Três grandes obras subvalorizadas

O Roberto, do conhecido blog Cineroad, convidou-me para mais um desafio: escolher três "grandes obras subvalorizadas" da passada década, a jeito de retrospectiva. A minha selecção pode ser verificada se clicarem na imagem de cima. Obrigado, mais uma vez, Roberto.

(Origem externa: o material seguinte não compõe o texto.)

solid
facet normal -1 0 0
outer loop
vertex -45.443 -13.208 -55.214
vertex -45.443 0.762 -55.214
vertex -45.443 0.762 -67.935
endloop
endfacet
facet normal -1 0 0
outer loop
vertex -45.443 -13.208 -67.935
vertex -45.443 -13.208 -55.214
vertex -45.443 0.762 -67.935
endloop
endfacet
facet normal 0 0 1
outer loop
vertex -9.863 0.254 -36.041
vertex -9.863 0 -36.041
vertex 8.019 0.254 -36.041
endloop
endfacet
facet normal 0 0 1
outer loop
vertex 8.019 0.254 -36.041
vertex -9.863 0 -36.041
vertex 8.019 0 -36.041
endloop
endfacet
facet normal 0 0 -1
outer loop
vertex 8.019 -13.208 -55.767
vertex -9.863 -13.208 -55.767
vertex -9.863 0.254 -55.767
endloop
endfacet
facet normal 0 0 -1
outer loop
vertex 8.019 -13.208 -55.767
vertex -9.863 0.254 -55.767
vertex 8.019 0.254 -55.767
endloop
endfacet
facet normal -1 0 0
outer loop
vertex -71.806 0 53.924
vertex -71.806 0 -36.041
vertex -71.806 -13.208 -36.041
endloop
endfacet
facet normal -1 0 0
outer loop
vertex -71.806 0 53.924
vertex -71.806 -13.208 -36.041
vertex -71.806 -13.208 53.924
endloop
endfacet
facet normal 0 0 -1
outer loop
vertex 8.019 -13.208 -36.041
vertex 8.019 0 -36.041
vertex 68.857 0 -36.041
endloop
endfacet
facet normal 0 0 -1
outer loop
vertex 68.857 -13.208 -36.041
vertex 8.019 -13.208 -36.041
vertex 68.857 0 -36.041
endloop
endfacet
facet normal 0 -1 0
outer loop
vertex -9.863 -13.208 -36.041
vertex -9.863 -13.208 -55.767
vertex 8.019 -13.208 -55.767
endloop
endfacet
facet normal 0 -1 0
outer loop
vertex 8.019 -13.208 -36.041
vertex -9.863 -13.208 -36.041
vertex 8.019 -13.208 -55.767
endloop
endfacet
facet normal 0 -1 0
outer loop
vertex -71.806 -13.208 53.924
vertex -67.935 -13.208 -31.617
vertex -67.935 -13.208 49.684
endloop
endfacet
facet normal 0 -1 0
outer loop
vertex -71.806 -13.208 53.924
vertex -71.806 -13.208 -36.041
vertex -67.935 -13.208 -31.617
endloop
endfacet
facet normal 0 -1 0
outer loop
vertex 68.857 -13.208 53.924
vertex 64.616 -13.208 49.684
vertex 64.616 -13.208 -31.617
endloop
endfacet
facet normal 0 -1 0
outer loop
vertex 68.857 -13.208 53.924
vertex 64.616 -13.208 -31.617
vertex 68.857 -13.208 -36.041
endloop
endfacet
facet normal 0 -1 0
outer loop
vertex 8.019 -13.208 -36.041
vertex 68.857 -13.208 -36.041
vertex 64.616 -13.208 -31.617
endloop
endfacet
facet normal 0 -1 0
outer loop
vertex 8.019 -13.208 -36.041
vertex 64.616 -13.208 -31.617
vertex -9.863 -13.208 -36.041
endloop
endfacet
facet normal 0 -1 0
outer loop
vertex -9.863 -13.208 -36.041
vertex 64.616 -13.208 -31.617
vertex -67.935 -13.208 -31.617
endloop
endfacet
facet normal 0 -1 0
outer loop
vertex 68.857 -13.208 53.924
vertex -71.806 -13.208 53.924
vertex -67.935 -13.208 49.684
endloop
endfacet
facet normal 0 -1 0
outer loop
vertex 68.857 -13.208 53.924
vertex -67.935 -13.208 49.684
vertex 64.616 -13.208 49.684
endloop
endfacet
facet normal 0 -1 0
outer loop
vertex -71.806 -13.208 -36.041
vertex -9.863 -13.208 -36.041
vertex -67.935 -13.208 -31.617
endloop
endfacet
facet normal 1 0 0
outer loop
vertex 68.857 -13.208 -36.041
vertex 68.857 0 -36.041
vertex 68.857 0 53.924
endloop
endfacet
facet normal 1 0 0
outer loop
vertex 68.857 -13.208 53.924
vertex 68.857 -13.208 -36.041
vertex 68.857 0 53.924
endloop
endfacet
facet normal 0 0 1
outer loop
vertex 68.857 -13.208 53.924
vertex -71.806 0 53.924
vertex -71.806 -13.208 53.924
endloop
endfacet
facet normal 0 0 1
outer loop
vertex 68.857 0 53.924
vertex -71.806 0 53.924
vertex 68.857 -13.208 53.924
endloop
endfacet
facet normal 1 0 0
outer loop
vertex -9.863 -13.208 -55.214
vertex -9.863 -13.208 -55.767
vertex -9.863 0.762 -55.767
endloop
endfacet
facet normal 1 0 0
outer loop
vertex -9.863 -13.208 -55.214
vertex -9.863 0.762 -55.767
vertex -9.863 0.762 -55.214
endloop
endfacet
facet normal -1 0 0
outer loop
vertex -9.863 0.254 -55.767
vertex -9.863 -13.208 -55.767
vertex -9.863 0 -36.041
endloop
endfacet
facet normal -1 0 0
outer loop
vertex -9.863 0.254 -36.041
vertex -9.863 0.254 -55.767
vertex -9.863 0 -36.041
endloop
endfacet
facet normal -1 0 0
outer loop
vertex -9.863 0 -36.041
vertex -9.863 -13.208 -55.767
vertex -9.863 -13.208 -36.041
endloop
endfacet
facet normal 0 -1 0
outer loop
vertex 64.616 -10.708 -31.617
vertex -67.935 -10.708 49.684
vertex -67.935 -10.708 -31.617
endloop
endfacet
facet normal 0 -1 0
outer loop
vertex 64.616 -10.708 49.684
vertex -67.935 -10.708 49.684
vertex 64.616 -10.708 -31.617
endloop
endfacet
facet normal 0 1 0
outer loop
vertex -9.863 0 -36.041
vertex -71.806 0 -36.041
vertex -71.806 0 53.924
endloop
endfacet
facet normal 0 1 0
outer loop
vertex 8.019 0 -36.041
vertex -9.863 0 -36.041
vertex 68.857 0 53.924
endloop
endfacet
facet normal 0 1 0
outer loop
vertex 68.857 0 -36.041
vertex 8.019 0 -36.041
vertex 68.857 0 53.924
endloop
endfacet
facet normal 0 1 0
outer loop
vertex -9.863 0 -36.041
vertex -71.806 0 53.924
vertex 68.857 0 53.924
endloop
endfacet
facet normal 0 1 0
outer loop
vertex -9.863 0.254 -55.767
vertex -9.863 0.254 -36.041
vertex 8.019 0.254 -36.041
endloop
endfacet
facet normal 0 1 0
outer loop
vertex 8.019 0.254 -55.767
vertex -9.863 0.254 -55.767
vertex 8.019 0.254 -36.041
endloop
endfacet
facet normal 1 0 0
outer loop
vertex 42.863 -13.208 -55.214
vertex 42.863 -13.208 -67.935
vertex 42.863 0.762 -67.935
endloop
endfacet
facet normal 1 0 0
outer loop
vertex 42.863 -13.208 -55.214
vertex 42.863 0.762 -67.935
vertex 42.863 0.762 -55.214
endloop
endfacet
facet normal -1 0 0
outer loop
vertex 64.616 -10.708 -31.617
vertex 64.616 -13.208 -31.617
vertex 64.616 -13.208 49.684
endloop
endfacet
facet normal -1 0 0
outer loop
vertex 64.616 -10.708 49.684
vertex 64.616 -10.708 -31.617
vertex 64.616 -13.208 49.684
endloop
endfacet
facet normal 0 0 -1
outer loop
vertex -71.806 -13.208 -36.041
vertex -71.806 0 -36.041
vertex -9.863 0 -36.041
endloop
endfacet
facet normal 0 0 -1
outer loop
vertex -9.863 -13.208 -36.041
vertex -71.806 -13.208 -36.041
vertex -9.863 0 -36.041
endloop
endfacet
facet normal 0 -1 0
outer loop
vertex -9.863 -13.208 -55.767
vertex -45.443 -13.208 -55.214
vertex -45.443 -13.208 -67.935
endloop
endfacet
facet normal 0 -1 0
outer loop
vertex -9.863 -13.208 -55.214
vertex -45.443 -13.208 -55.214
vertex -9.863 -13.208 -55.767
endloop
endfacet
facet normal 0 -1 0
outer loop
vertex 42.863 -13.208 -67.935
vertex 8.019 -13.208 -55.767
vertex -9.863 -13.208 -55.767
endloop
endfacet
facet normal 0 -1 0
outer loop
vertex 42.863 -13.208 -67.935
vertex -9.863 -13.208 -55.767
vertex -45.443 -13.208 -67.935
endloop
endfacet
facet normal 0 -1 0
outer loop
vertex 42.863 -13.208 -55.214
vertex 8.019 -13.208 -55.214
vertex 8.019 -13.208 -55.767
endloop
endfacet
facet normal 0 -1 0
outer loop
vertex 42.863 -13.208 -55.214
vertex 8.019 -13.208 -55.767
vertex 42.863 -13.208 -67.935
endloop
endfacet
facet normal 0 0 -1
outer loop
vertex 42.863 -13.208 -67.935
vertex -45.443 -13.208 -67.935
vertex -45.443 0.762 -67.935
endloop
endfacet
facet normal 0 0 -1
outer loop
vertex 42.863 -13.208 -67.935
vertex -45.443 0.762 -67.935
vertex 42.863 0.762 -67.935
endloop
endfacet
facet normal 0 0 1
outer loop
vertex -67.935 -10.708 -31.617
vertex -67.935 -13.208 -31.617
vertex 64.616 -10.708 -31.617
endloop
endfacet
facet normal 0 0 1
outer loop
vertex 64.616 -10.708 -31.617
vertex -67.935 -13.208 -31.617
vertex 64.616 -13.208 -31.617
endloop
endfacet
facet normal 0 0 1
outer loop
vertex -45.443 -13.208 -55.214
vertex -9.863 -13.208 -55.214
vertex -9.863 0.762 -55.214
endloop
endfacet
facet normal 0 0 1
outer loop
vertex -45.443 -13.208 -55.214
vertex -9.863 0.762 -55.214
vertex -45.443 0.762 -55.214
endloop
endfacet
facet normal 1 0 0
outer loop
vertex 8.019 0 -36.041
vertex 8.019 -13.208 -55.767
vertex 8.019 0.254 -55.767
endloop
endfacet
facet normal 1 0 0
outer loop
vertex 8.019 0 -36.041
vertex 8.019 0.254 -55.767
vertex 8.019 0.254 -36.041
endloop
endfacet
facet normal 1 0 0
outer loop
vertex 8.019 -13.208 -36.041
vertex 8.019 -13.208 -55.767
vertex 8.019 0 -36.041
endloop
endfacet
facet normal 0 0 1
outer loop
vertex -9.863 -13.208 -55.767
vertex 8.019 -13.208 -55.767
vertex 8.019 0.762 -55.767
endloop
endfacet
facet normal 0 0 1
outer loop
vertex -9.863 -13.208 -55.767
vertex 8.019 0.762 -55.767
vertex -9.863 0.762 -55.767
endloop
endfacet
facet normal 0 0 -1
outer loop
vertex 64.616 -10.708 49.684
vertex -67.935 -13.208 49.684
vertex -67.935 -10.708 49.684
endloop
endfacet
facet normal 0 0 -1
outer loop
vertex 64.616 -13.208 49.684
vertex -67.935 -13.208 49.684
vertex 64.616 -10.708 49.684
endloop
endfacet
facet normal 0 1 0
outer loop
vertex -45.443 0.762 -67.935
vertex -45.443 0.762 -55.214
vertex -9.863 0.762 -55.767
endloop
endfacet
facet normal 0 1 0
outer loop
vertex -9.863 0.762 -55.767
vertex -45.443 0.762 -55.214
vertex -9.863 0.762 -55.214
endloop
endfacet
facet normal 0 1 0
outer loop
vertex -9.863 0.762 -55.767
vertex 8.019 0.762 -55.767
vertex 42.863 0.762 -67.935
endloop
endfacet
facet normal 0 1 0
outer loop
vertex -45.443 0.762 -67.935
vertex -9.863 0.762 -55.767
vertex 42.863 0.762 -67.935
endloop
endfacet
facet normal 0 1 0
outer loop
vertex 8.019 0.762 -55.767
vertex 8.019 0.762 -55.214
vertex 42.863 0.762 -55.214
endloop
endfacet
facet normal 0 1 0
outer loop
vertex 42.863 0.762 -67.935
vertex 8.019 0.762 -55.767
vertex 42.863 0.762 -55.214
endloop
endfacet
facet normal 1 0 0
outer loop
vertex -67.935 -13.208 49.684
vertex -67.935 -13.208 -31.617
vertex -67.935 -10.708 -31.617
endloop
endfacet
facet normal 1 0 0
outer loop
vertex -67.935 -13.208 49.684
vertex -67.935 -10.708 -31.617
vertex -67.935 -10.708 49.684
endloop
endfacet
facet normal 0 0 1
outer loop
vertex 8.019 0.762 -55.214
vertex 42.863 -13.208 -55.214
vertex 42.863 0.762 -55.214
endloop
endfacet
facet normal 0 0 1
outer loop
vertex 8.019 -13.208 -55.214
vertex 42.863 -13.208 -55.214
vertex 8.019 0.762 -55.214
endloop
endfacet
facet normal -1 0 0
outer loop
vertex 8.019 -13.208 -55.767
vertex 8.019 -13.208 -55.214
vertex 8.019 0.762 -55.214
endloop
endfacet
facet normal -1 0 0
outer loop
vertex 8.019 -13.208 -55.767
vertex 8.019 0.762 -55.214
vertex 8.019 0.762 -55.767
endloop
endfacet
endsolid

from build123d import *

# Parameters (mm, degrees)
F0_W      = 140.6627446413
F0_H      = 89.9651609361
F1_DEPTH  = 13.208
F2_W      = 132.5511261821
F2_H      = 81.3004858792
F3_DEPTH  = 5
F4_W      = 132.5511261821
F4_H      = 81.3004858792
F5_DEPTH  = 2.5
F6_W      = 17.8824178874
F6_H      = 19.7259671986
F7_DEPTH  = 13.462
F10_DEPTH = 13.97


with BuildPart() as f1:
    # F0 (on Front) → F1 (new body)
    with BuildSketch(Plane.XZ):
        with Locations((-1.4748349786, 8.9412089437)):
            Rectangle(F0_W, F0_H)
    extrude(amount=F1_DEPTH)

    # F2 (on face) → F3 (cut, symmetric)
    with BuildSketch(Plane.XZ.offset(13.208)):
        with Locations((-1.6591958702, 9.0333875269)):
            Rectangle(F2_W, F2_H)
    extrude(amount=F3_DEPTH, both=True, mode=Mode.SUBTRACT)

    # F4 (on face) → F5 (join)
    with BuildSketch(Plane.XZ.offset(8.208)):
        with Locations((-1.6591958702, 9.0333875269)):
            Rectangle(F4_W, F4_H)
    extrude(amount=F5_DEPTH)

    # F6 (on face) → F7 (join)
    with BuildSketch(Plane.XZ.offset(13.208)):
        with Locations((-0.9217746556, -45.9043551236)):
            Rectangle(F6_W, F6_H)
    extrude(amount=-F7_DEPTH)


with BuildPart() as f10:
    # F9 (on face) → F10 (new body)
    with BuildSketch(Plane.XZ.offset(13.208)):
        Polygon((-9.8629835993, -55.7673387229), (-9.8629835993, -55.2142746747), (-45.4434677958, -55.2142746747), (-45.4434677958, -67.9347589612), (42.8625009954, -67.9347589612), (42.8625009954, -55.2142746747), (8.0194342881, -55.2142746747), (8.0194342881, -55.7673387229), align=None)
    extrude(amount=-F10_DEPTH)


solid = Compound([f1.part, f10.part])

quarta-feira, julho 07, 2010

Peregrinação Exemplar

Numa terra onde a fé não se apresenta mais que uma fantasia de crianças e num mundo sem espaço para Deus, a humanidade entrega-se a si mesma, tomando toda a responsabilidade pelo seu fatídico destino. E Bresson não hesita, nesta simples alegoria lírica, em esclarecê-lo sob o olhar protagonista de um burrinho chamado Balthazar, santificado e divinizado até onde seria possível. Ver o naturalista e ascético Au Hasard Balthazar é, duplamente, sentir poesia em estado bruto e redefinir a perspectiva sobre a nossa própria existência. Isto porque a jornada “dúmbica” do burro, que assiste, em paralelo com as narrativas sociais que confluem com a dele, não é mais que uma contemplação do horror e crueldade humanas, do absurdo a que se fica sujeito desde a nascença. Mas o espectador não é livre de culpa. O espectador é parte, diria quase activa, daquele sofrimento e de toda aquela ridicularização e barbaridade, muito simplesmente por deixar que a desumanização prossiga com uma aparente e vil naturalidade. E a comoção que se nos dá, e as lágrimas que se deixam cair naquele esperado fim com o Bem rodeado do rebanho do Mal, tão certo como o correr de um rio, não são mais que os evidentes sinais de que é preciso, com urgência, rever a nossa fé, o nosso destino, a nossa estrada e o nosso final. Sim… grande, grande filme.